Exercise: Please copy the leading lines of the entries below exactly, concluding with the line in which "v -5.461 -4.046 -25.219" occurs.

--- Information provided Enclosed Below ---

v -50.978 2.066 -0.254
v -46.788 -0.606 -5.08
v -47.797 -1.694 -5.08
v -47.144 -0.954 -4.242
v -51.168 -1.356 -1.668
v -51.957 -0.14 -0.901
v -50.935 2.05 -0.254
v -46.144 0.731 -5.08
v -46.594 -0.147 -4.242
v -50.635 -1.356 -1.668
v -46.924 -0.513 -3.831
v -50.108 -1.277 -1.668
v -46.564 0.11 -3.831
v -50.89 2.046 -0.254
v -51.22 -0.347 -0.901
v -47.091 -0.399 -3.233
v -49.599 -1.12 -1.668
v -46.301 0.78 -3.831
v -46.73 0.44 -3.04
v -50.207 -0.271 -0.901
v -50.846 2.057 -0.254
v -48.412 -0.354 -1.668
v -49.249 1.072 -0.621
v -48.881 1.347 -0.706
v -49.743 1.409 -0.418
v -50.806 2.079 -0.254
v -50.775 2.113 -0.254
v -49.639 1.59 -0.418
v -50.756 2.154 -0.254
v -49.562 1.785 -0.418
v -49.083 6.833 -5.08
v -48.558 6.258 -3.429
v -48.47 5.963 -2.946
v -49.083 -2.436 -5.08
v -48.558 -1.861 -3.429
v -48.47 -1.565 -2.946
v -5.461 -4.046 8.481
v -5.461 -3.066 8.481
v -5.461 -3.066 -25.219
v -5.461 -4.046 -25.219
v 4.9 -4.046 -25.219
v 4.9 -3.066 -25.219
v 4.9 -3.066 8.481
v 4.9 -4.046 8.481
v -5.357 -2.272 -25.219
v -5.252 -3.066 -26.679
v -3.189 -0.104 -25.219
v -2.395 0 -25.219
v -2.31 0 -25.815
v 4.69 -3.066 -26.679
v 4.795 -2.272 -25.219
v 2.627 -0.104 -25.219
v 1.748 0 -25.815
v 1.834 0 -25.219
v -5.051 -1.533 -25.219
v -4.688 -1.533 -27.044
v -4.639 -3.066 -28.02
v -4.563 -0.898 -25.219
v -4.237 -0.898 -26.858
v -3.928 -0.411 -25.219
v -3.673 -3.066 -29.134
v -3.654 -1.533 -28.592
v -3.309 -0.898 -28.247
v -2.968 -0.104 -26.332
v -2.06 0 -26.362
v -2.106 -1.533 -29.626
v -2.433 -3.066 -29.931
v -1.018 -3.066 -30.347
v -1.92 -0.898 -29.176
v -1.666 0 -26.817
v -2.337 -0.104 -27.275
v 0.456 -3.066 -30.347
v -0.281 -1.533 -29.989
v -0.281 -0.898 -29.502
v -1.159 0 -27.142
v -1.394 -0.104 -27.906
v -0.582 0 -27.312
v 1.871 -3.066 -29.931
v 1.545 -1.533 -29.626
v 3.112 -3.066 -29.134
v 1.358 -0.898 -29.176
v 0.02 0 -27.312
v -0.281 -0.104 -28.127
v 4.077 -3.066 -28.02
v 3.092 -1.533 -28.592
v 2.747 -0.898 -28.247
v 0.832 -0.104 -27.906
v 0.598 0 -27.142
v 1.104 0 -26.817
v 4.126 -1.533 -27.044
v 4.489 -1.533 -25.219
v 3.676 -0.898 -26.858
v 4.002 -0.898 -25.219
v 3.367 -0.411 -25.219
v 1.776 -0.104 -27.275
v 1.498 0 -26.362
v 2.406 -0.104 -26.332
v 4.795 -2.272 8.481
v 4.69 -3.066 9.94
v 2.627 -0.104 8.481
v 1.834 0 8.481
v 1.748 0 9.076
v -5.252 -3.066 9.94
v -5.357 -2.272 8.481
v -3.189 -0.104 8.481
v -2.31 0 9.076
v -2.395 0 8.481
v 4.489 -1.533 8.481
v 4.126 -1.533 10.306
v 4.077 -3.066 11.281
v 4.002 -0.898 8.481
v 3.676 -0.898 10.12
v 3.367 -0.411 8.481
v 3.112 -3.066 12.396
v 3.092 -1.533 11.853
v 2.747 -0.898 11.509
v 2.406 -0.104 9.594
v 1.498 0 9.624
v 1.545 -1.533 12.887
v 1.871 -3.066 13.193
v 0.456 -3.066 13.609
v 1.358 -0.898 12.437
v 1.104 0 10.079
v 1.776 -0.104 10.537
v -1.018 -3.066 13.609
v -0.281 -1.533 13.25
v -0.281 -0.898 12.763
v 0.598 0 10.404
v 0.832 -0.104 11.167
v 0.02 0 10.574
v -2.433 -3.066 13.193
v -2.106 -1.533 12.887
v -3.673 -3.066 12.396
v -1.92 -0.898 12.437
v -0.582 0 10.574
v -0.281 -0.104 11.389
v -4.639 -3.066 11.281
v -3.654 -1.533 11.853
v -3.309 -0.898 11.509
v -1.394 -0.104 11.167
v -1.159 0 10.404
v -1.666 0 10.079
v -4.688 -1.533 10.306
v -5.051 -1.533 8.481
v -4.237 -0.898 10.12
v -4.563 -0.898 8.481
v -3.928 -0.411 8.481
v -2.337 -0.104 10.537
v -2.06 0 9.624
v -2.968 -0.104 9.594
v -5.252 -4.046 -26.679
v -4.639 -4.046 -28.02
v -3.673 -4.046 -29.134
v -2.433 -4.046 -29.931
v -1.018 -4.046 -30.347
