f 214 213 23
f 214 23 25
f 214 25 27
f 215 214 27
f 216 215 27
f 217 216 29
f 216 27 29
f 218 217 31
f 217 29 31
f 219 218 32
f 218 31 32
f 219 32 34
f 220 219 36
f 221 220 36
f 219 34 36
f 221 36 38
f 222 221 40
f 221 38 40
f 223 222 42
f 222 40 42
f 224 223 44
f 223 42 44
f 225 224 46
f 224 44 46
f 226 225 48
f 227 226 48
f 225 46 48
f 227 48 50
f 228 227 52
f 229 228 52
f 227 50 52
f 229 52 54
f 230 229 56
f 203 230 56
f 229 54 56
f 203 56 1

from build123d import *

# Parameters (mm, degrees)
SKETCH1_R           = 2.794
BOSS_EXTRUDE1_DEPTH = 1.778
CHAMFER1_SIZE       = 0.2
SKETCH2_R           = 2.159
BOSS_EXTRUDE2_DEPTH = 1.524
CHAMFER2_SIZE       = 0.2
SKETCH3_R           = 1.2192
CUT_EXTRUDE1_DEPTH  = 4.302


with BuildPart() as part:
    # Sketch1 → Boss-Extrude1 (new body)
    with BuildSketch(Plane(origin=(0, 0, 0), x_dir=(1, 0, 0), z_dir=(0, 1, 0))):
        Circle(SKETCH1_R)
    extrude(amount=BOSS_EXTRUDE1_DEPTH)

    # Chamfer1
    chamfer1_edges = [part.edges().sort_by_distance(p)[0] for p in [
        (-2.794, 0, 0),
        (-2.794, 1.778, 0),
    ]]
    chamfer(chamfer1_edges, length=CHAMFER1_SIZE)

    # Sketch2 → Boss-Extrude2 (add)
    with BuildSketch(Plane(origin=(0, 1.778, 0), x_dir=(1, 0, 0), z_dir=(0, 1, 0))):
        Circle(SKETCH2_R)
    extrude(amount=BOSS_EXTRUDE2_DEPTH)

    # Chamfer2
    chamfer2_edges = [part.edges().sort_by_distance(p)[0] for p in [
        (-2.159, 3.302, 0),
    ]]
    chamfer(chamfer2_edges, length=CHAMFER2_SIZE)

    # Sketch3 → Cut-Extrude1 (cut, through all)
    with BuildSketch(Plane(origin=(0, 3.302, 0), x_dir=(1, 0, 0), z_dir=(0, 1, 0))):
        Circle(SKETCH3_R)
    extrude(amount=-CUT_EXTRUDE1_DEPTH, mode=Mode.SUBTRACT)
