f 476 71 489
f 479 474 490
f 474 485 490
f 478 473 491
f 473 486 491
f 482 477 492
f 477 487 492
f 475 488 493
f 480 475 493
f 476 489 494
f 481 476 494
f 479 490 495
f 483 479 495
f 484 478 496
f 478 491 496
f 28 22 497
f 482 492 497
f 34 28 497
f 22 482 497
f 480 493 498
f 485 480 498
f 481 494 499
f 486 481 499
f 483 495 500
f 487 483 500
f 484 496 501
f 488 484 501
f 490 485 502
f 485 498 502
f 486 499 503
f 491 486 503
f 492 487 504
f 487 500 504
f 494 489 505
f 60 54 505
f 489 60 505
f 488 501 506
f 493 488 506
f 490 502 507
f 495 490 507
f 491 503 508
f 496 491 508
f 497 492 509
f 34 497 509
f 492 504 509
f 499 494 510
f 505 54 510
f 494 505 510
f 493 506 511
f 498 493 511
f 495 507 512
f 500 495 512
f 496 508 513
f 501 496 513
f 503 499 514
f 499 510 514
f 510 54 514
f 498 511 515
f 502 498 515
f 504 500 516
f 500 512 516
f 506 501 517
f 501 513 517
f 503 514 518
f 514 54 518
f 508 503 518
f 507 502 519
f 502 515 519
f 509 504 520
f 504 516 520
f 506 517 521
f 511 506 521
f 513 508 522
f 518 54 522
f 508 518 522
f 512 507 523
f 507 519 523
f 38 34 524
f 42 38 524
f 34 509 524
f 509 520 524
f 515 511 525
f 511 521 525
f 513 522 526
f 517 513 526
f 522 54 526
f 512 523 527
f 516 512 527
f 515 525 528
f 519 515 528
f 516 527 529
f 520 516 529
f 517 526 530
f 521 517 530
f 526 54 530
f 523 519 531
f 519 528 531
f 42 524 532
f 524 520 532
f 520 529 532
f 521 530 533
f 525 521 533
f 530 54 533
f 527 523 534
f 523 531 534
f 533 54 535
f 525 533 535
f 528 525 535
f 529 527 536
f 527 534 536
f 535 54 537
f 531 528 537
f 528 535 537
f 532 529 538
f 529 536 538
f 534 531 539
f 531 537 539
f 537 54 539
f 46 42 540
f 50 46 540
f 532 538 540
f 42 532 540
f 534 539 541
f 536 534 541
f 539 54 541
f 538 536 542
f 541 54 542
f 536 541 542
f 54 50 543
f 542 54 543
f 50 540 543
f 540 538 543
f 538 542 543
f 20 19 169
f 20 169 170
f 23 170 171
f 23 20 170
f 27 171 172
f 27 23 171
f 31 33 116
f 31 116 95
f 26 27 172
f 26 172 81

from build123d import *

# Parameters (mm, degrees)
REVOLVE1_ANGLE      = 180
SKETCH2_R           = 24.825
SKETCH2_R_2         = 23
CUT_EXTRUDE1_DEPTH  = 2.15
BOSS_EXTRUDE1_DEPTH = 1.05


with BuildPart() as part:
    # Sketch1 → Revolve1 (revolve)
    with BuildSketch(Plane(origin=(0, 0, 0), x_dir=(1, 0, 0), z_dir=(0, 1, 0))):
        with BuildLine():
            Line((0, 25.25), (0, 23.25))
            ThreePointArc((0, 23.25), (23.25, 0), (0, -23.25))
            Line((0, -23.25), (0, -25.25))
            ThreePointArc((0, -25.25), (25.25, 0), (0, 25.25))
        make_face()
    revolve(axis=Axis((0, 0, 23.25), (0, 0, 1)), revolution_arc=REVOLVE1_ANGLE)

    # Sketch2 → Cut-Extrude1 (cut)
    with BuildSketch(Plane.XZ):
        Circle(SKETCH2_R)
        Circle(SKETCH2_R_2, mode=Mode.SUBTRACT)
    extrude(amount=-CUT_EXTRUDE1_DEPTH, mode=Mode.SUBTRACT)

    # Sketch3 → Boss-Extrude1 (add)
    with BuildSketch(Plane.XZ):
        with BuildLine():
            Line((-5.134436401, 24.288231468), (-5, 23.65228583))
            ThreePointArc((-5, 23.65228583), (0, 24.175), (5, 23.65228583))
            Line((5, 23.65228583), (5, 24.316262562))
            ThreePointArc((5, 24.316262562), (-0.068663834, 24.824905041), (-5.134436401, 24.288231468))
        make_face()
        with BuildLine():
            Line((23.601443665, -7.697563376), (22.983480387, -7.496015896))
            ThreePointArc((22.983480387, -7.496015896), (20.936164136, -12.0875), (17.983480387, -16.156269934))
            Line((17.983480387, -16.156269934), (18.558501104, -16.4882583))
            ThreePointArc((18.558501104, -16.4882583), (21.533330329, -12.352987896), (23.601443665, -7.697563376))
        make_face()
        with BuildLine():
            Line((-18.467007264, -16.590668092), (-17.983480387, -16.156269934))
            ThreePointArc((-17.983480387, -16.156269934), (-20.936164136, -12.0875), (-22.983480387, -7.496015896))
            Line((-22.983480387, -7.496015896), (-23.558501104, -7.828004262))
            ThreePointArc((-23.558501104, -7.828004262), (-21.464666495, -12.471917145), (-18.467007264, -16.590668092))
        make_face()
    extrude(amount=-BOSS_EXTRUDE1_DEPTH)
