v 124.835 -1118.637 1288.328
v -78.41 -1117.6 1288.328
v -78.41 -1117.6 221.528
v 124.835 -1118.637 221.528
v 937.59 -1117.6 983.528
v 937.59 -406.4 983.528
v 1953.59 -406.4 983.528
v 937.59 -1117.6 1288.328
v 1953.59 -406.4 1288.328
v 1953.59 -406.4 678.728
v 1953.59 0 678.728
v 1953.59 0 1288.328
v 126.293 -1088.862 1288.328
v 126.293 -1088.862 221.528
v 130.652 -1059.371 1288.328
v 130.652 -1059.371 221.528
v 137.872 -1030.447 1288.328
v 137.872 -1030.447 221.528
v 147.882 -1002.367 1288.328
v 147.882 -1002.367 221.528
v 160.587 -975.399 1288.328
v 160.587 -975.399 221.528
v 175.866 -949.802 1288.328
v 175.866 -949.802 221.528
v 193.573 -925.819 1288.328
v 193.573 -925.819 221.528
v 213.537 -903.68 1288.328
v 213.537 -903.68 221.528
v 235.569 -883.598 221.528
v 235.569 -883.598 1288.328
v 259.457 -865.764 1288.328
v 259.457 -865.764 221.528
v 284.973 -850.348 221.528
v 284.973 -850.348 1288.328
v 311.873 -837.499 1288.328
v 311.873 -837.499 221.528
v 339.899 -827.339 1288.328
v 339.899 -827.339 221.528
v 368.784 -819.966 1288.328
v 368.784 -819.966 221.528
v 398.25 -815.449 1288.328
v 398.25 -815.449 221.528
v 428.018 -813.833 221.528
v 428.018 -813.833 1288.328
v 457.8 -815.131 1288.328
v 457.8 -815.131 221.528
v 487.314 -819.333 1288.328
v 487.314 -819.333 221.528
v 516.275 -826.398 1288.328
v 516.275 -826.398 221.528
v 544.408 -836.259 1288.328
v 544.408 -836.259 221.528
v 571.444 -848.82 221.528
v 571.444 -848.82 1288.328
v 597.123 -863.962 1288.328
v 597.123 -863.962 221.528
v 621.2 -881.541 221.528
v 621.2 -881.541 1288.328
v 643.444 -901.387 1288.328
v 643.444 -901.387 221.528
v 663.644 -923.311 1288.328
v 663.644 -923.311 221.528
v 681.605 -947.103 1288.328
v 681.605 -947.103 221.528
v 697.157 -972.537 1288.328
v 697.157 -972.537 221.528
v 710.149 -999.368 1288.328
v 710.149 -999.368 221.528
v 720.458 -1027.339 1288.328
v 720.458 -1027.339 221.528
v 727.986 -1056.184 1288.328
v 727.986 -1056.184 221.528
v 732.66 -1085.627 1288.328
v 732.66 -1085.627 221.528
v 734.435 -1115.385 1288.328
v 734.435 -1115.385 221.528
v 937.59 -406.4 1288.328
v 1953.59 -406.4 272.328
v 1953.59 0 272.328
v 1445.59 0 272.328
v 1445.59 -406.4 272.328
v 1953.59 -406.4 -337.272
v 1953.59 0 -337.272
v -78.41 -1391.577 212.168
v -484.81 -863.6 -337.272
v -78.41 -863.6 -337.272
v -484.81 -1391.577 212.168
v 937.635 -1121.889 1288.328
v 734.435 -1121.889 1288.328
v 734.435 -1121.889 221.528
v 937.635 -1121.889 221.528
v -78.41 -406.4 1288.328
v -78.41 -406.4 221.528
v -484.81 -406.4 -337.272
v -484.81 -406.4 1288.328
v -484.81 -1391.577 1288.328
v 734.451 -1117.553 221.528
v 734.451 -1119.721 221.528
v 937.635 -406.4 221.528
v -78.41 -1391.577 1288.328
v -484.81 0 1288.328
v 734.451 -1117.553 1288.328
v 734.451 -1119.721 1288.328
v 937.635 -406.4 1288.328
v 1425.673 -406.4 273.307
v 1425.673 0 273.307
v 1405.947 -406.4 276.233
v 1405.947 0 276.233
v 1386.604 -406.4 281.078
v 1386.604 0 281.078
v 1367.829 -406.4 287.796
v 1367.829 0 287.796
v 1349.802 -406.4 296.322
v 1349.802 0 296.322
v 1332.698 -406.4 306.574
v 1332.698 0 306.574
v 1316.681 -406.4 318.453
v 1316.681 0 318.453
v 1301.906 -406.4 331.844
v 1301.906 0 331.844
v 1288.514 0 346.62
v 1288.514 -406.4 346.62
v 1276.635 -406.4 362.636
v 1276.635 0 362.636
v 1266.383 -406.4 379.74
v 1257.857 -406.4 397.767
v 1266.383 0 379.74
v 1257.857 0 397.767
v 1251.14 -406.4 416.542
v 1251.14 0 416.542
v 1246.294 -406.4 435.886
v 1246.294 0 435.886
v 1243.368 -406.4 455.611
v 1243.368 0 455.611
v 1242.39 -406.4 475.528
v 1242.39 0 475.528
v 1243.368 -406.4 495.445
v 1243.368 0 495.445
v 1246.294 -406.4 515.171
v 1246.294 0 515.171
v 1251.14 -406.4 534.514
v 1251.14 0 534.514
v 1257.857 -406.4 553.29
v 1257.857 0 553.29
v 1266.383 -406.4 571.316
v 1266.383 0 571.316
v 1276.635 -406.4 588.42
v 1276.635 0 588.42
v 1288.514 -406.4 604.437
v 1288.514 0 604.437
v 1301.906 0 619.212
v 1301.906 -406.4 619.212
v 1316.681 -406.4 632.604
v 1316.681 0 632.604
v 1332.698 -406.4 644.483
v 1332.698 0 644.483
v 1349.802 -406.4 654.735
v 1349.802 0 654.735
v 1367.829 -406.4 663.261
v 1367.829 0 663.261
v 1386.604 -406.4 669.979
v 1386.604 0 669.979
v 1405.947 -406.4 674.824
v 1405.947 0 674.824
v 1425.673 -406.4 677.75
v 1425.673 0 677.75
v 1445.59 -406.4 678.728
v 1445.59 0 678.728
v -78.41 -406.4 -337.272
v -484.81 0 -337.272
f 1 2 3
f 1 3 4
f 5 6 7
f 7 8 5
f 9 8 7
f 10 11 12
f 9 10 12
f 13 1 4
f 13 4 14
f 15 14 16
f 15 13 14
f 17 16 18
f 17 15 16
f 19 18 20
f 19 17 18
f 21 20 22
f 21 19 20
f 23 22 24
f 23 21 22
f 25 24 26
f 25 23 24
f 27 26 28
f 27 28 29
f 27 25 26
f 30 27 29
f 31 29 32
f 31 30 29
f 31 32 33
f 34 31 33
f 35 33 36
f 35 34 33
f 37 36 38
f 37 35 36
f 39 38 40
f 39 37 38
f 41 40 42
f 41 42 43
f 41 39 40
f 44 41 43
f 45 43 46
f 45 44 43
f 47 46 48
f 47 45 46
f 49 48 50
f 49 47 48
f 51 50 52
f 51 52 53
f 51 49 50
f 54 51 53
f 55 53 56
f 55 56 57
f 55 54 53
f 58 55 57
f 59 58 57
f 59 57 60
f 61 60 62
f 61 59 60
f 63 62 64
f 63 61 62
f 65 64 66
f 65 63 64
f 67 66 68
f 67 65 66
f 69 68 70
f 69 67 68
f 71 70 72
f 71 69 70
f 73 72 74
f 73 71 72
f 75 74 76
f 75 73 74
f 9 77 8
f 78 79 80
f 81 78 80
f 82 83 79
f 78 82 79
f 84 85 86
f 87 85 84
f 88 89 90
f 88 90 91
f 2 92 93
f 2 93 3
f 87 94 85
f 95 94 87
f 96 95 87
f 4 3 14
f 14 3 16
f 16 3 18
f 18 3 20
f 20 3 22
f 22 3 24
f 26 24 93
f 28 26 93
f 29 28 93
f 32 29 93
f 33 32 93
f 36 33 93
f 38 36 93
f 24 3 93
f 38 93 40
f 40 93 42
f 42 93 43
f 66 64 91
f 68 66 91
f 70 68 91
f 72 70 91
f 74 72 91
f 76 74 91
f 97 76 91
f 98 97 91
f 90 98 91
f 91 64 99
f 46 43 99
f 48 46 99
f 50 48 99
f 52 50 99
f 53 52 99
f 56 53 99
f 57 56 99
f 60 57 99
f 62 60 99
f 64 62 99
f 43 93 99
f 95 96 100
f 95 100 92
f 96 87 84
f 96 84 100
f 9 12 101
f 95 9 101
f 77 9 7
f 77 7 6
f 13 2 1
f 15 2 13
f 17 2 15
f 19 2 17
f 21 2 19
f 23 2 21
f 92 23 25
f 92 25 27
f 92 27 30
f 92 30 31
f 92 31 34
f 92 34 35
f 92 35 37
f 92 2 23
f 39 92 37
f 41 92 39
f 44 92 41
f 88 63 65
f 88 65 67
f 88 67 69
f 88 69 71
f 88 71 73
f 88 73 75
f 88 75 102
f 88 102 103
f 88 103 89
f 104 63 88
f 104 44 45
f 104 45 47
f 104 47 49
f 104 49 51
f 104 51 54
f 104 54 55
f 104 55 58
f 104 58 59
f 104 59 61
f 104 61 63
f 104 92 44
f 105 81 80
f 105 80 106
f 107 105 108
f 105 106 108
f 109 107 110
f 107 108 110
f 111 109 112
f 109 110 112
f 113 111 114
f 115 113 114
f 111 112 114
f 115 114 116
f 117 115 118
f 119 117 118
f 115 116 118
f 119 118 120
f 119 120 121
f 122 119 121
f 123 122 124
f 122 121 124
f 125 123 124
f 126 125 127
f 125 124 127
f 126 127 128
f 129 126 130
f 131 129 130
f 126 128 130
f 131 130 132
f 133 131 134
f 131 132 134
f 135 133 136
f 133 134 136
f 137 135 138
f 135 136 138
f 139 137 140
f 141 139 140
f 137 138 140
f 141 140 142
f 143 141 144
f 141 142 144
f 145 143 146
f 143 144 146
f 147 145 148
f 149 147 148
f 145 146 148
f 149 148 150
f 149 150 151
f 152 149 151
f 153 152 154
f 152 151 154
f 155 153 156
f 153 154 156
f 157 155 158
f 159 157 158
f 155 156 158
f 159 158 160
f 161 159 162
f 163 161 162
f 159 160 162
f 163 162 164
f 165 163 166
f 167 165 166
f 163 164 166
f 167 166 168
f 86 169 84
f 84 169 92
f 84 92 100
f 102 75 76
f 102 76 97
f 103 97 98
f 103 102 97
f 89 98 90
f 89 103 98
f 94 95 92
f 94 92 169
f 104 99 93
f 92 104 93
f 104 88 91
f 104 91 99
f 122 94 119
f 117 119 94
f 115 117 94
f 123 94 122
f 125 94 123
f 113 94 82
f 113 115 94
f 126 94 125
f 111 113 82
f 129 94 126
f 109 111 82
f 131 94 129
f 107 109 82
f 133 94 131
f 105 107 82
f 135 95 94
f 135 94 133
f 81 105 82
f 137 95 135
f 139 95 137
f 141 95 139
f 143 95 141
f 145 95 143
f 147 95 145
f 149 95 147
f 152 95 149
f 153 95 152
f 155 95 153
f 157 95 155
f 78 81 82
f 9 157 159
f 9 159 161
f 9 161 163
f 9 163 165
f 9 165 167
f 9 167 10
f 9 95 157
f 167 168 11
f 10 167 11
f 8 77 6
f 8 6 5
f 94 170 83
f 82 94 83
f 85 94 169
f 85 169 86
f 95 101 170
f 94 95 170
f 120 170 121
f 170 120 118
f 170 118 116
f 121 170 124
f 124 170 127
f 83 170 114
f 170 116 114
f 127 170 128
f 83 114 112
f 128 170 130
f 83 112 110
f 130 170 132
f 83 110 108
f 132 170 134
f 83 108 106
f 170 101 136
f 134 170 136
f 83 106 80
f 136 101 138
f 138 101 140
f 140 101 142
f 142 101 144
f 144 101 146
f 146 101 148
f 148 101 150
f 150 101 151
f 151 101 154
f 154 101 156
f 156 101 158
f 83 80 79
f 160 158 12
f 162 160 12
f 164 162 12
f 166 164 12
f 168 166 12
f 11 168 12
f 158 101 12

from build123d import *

# Parameters (mm, degrees)
F1_DEPTH = 406.4
F3_DEPTH = 304.8
F5_DEPTH = 1066.8
F7_DEPTH = 406.4


with BuildPart() as f1:
    # F0 (on Front) → F1 (new body)
    with BuildSketch(Plane.XZ):
        with BuildLine():
            Line((-484.81019, 1288.32825), (-484.81019, -337.27175))
            Line((-484.81019, -337.27175), (1953.58981, -337.27175))
            Line((1953.58981, -337.27175), (1953.58981, 272.32825))
            Line((1953.58981, 272.32825), (1445.58981, 272.32825))
            ThreePointArc((1445.58981, 272.32825), (1242.38981, 475.52825), (1445.58981, 678.72825))
            Line((1445.58981, 678.72825), (1953.58981, 678.72825))
            Line((1953.58981, 678.72825), (1953.58981, 1288.32825))
            Line((1953.58981, 1288.32825), (-484.81019, 1288.32825))
        make_face()
    extrude(amount=F1_DEPTH)


with BuildPart() as f3:
    # F2 (on face) → F3 (new body)
    with BuildSketch(Plane.XY.offset(1288.32825)):
        Polygon((1953.58981, -406.4), (937.58981, -406.4), (937.58981, -1117.6), align=None)
    extrude(amount=-F3_DEPTH)


with BuildPart() as f5:
    # F4 (on face) → F5 (new body)
    with BuildSketch(Plane.XY.offset(1288.32825)):
        with BuildLine():
            Line((937.635082, -406.4), (-78.41019, -406.4))
            Line((-78.41019, -406.4), (-78.41019, -1003.772673))
            Line((-78.41019, -1003.772673), (-78.41019, -1117.6))
            Line((-78.41019, -1117.6), (124.835082, -1118.636847))
            ThreePointArc((124.835082, -1118.636847), (428.017615, -813.832509), (734.435082, -1115.384608))
            ThreePointArc((734.435082, -1115.384608), (734.452433, -1118.636847), (734.435082, -1121.889085))
            Line((734.435082, -1121.889085), (937.635082, -1121.889085))
            Line((937.635082, -1121.889085), (937.635082, -406.4))
        make_face()
    extrude(amount=-F5_DEPTH)


with BuildPart() as f7:
    # F6 (on face) → F7 (new body)
    with BuildSketch(Plane(origin=(-484.81019, 0, 0), x_dir=(0, -1, 0), z_dir=(-1, 0, 0))):
        Polygon((406.4, 1288.32825), (406.4, -337.27175), (863.6, -337.27175), (1391.577024, 212.168203), (1391.577024, 1288.32825), align=None)
    extrude(amount=-F7_DEPTH)


solid = Compound([f1.part, f3.part, f5.part, f7.part])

--- End of Enclosed Information provided ---

Task result:
v -50.978 2.066 -0.254
v -46.788 -0.606 -5.08
v -47.797 -1.694 -5.08
v -47.144 -0.954 -4.242
v -51.168 -1.356 -1.668
v -51.957 -0.14 -0.901
v -50.935 2.05 -0.254
v -46.144 0.731 -5.08
v -46.594 -0.147 -4.242
v -50.635 -1.356 -1.668
v -46.924 -0.513 -3.831
v -50.108 -1.277 -1.668
v -46.564 0.11 -3.831
v -50.89 2.046 -0.254
v -51.22 -0.347 -0.901
v -47.091 -0.399 -3.233
v -49.599 -1.12 -1.668
v -46.301 0.78 -3.831
v -46.73 0.44 -3.04
v -50.207 -0.271 -0.901
v -50.846 2.057 -0.254
v -48.412 -0.354 -1.668
v -49.249 1.072 -0.621
v -48.881 1.347 -0.706
v -49.743 1.409 -0.418
v -50.806 2.079 -0.254
v -50.775 2.113 -0.254
v -49.639 1.59 -0.418
v -50.756 2.154 -0.254
v -49.562 1.785 -0.418
v -49.083 6.833 -5.08
v -48.558 6.258 -3.429
v -48.47 5.963 -2.946
v -49.083 -2.436 -5.08
v -48.558 -1.861 -3.429
v -48.47 -1.565 -2.946
v -5.461 -4.046 8.481
v -5.461 -3.066 8.481
v -5.461 -3.066 -25.219
v -5.461 -4.046 -25.219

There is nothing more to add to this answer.